- What you are asked to do -
Please copy exactly the lines that run from the start of the entries to the line containing "e27 v19 v24 LINE", inclusive.
>>>>
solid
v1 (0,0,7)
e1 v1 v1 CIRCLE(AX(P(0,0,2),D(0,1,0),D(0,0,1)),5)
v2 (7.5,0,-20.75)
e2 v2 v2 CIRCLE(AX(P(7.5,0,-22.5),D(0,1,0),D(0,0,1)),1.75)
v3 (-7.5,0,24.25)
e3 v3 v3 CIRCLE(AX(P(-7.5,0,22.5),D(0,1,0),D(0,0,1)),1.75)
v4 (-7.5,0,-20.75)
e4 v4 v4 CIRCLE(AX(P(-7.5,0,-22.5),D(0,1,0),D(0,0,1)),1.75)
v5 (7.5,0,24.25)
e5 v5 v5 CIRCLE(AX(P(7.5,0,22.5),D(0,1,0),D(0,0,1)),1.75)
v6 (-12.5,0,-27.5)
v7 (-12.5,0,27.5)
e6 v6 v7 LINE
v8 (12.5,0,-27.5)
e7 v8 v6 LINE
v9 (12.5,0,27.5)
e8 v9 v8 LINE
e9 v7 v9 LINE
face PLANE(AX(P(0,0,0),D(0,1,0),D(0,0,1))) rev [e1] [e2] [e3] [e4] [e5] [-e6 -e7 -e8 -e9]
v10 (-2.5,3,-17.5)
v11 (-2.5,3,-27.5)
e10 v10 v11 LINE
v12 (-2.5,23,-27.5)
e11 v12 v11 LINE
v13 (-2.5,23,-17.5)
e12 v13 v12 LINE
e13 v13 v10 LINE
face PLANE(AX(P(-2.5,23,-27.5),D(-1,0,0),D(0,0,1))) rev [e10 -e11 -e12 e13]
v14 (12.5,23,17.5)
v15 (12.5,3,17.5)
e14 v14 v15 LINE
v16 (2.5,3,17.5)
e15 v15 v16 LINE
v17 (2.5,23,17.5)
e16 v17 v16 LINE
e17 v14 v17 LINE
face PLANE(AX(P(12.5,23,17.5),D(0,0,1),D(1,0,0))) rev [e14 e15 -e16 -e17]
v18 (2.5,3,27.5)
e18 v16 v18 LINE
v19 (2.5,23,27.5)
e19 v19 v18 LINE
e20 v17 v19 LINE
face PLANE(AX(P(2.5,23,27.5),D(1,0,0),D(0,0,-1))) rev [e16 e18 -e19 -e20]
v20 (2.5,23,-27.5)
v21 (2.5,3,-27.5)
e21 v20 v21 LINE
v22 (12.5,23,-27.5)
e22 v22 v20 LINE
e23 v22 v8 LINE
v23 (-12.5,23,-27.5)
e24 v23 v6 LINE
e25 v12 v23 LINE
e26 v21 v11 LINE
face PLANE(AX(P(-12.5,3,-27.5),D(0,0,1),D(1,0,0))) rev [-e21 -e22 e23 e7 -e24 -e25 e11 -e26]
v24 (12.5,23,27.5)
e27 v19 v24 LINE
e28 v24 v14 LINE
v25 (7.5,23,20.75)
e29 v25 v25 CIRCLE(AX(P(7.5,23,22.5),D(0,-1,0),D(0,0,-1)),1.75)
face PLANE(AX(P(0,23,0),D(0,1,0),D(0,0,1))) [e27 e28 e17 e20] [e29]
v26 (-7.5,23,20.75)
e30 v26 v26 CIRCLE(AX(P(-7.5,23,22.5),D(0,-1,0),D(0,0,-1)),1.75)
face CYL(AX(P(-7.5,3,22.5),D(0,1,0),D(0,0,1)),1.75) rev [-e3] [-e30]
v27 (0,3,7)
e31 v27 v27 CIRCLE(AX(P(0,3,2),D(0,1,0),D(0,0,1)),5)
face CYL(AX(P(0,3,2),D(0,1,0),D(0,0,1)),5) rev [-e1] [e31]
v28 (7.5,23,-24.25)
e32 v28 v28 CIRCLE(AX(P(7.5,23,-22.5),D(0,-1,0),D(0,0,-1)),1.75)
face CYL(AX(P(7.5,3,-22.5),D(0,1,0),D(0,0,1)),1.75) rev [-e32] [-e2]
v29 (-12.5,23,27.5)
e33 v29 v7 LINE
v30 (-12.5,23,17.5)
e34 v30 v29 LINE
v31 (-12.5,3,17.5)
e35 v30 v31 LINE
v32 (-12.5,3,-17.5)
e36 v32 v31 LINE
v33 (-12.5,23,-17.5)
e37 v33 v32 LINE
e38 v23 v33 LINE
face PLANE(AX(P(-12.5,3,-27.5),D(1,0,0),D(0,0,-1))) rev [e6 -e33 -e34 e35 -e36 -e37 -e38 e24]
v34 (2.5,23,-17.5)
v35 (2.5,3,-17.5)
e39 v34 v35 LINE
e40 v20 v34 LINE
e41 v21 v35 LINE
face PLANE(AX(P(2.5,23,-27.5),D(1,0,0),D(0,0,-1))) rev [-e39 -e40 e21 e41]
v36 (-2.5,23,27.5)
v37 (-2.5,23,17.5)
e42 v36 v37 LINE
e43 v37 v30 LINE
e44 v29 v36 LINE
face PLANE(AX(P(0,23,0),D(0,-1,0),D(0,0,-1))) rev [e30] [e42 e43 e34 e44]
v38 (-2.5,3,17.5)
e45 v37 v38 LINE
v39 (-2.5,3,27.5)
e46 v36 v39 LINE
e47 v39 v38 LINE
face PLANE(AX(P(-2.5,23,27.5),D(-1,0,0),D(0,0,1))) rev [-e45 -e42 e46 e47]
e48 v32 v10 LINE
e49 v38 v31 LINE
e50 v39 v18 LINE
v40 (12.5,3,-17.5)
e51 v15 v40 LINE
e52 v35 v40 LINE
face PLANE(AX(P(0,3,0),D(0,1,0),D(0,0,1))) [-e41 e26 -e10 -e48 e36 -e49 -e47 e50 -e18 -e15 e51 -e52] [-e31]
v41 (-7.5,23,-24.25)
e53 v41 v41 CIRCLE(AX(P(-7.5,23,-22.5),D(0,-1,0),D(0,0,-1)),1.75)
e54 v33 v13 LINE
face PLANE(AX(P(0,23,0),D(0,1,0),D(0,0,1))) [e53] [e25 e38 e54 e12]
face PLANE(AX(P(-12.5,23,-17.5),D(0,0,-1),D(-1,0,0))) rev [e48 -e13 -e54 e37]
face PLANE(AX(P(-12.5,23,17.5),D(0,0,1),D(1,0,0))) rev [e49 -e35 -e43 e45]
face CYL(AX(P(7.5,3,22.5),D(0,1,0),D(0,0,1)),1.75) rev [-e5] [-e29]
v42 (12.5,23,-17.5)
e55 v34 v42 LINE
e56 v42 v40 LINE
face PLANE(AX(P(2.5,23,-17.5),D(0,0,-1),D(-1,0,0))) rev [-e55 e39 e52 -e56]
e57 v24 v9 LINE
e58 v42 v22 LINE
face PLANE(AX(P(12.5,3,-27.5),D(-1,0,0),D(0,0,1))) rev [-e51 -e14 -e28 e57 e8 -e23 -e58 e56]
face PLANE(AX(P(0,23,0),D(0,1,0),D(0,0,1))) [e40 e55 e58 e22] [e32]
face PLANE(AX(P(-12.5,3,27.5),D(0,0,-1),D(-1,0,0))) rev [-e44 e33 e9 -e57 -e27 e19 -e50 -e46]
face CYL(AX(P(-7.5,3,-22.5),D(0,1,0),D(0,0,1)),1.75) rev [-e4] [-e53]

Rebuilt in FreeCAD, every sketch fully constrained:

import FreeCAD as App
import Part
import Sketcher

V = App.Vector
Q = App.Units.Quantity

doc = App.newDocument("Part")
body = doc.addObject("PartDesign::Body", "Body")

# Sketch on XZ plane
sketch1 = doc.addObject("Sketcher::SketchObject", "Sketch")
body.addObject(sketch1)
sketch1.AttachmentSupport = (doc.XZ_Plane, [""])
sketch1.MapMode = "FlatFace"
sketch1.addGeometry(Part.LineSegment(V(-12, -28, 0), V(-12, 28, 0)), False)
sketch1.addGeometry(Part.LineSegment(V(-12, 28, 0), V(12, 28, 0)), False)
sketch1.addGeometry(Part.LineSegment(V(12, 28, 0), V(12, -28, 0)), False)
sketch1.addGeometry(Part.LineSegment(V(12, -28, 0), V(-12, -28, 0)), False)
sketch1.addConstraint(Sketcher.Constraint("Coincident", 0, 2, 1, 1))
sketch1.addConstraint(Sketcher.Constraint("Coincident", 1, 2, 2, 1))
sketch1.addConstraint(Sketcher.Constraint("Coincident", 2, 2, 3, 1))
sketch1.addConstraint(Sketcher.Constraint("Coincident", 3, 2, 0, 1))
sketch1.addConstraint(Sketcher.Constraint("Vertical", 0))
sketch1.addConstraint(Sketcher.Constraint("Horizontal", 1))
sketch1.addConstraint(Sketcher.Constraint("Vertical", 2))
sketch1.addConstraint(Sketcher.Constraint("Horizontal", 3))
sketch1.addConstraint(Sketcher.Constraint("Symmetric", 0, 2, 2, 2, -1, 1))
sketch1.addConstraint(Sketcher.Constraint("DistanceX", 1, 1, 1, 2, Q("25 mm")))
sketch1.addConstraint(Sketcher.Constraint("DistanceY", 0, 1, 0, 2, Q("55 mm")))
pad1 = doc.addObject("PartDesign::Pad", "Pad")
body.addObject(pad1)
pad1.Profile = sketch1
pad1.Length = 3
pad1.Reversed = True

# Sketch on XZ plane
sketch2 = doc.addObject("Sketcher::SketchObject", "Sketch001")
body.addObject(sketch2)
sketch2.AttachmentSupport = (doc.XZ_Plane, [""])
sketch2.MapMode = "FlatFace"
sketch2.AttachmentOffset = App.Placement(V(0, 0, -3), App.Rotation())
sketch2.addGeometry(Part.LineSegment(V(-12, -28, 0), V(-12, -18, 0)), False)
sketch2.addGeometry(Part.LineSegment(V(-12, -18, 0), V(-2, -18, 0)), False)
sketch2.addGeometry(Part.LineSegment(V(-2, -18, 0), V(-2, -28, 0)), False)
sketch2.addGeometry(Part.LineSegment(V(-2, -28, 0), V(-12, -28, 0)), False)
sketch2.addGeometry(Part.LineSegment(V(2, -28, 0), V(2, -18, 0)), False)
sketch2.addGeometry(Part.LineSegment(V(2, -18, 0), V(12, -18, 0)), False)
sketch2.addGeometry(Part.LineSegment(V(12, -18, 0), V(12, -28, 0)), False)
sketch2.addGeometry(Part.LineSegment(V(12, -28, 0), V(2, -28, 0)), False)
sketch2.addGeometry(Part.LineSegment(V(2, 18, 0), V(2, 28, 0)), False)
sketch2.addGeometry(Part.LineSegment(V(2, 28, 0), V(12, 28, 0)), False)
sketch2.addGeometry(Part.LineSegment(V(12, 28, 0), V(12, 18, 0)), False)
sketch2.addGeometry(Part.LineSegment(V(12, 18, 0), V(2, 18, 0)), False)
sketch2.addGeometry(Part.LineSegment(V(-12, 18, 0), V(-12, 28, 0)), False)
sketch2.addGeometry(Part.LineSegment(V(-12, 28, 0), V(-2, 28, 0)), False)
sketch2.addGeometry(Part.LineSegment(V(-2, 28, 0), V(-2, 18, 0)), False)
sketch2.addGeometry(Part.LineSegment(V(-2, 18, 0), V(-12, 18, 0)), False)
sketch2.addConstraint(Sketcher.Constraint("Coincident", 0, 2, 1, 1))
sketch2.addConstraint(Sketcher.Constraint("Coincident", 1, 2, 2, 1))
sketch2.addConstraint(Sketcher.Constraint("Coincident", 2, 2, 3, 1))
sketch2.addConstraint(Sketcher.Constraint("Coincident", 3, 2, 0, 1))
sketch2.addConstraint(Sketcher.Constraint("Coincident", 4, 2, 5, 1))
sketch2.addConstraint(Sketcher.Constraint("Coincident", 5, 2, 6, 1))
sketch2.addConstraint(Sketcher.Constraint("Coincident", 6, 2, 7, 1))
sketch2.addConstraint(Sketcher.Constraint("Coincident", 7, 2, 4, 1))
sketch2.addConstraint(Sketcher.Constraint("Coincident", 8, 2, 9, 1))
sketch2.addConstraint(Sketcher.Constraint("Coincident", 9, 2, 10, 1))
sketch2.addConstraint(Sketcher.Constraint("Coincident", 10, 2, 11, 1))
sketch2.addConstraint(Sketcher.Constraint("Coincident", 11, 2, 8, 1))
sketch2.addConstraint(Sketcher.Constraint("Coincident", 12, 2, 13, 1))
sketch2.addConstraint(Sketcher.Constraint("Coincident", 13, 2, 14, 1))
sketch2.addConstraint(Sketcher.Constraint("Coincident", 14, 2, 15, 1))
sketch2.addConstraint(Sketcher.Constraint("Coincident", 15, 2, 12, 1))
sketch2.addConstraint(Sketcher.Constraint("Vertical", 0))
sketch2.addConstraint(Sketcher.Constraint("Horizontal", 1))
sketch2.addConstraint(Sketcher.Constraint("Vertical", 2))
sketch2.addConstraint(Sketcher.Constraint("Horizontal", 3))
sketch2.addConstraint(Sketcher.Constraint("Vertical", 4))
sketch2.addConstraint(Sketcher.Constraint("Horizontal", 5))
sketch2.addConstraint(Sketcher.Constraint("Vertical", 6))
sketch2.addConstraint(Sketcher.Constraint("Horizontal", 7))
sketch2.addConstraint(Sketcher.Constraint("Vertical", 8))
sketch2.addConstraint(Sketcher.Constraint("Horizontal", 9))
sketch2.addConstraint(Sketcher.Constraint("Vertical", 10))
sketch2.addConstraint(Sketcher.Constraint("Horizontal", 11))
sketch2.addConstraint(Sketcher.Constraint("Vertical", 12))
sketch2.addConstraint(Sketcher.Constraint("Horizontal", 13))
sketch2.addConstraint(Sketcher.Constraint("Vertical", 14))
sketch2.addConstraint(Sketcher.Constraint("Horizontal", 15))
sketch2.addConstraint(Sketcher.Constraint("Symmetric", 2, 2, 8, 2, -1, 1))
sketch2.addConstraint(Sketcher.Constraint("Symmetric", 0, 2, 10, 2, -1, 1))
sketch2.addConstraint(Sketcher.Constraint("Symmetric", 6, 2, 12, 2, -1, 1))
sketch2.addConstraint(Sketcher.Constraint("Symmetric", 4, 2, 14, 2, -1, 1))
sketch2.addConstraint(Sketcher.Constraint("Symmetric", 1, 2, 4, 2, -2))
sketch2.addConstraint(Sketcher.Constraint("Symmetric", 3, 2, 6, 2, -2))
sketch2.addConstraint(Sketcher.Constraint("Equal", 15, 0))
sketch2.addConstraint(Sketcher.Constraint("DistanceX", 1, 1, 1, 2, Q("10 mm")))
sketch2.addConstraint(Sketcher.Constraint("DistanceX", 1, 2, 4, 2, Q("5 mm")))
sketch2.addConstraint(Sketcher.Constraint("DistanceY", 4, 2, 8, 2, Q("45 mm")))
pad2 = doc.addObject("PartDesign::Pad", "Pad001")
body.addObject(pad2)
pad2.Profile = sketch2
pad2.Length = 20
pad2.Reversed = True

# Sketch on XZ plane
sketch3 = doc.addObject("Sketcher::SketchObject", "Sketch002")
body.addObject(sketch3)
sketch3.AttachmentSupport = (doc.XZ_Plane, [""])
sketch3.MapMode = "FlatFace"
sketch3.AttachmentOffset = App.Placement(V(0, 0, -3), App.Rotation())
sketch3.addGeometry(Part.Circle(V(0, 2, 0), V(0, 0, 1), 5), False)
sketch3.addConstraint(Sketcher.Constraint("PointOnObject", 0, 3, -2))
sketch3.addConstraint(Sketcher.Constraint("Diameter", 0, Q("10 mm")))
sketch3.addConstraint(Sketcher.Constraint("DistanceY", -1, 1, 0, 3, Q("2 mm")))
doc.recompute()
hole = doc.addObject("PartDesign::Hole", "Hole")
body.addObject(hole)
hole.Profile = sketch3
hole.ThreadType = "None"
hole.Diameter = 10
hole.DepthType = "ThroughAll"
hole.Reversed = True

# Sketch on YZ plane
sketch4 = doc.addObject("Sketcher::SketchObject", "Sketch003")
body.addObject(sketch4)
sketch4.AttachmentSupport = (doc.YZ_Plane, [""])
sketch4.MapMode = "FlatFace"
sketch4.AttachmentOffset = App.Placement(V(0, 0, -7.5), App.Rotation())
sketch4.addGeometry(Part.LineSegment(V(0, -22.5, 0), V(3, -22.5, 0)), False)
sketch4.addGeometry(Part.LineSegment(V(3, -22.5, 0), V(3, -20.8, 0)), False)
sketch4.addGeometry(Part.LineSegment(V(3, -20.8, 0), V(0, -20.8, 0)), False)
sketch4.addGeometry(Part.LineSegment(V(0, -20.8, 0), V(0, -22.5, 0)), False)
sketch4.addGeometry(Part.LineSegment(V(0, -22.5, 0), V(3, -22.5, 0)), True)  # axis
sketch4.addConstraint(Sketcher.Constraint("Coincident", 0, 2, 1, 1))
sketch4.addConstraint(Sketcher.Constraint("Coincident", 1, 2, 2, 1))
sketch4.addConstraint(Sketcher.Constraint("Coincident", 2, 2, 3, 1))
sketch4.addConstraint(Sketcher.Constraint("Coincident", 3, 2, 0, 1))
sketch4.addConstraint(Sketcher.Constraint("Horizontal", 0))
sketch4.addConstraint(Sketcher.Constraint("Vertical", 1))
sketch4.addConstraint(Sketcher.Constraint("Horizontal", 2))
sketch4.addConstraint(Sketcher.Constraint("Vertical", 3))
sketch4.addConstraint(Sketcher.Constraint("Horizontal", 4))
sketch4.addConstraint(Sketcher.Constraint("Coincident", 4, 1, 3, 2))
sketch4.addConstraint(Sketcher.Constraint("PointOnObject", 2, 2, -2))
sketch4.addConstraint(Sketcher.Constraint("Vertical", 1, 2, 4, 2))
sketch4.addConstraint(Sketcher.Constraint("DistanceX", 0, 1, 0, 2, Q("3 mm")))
<<<<
- Your solution -
solid
v1 (0,0,7)
e1 v1 v1 CIRCLE(AX(P(0,0,2),D(0,1,0),D(0,0,1)),5)
v2 (7.5,0,-20.75)
e2 v2 v2 CIRCLE(AX(P(7.5,0,-22.5),D(0,1,0),D(0,0,1)),1.75)
v3 (-7.5,0,24.25)
e3 v3 v3 CIRCLE(AX(P(-7.5,0,22.5),D(0,1,0),D(0,0,1)),1.75)
v4 (-7.5,0,-20.75)
e4 v4 v4 CIRCLE(AX(P(-7.5,0,-22.5),D(0,1,0),D(0,0,1)),1.75)
v5 (7.5,0,24.25)
e5 v5 v5 CIRCLE(AX(P(7.5,0,22.5),D(0,1,0),D(0,0,1)),1.75)
v6 (-12.5,0,-27.5)
v7 (-12.5,0,27.5)
e6 v6 v7 LINE
v8 (12.5,0,-27.5)
e7 v8 v6 LINE
v9 (12.5,0,27.5)
e8 v9 v8 LINE
e9 v7 v9 LINE
face PLANE(AX(P(0,0,0),D(0,1,0),D(0,0,1))) rev [e1] [e2] [e3] [e4] [e5] [-e6 -e7 -e8 -e9]
v10 (-2.5,3,-17.5)
v11 (-2.5,3,-27.5)
e10 v10 v11 LINE
v12 (-2.5,23,-27.5)
e11 v12 v11 LINE
v13 (-2.5,23,-17.5)
e12 v13 v12 LINE
e13 v13 v10 LINE
face PLANE(AX(P(-2.5,23,-27.5),D(-1,0,0),D(0,0,1))) rev [e10 -e11 -e12 e13]
v14 (12.5,23,17.5)
v15 (12.5,3,17.5)
e14 v14 v15 LINE
v16 (2.5,3,17.5)
e15 v15 v16 LINE
v17 (2.5,23,17.5)
e16 v17 v16 LINE
e17 v14 v17 LINE
face PLANE(AX(P(12.5,23,17.5),D(0,0,1),D(1,0,0))) rev [e14 e15 -e16 -e17]
v18 (2.5,3,27.5)
e18 v16 v18 LINE
v19 (2.5,23,27.5)
e19 v19 v18 LINE
e20 v17 v19 LINE
face PLANE(AX(P(2.5,23,27.5),D(1,0,0),D(0,0,-1))) rev [e16 e18 -e19 -e20]
v20 (2.5,23,-27.5)
v21 (2.5,3,-27.5)
e21 v20 v21 LINE
v22 (12.5,23,-27.5)
e22 v22 v20 LINE
e23 v22 v8 LINE
v23 (-12.5,23,-27.5)
e24 v23 v6 LINE
e25 v12 v23 LINE
e26 v21 v11 LINE
face PLANE(AX(P(-12.5,3,-27.5),D(0,0,1),D(1,0,0))) rev [-e21 -e22 e23 e7 -e24 -e25 e11 -e26]
v24 (12.5,23,27.5)
e27 v19 v24 LINE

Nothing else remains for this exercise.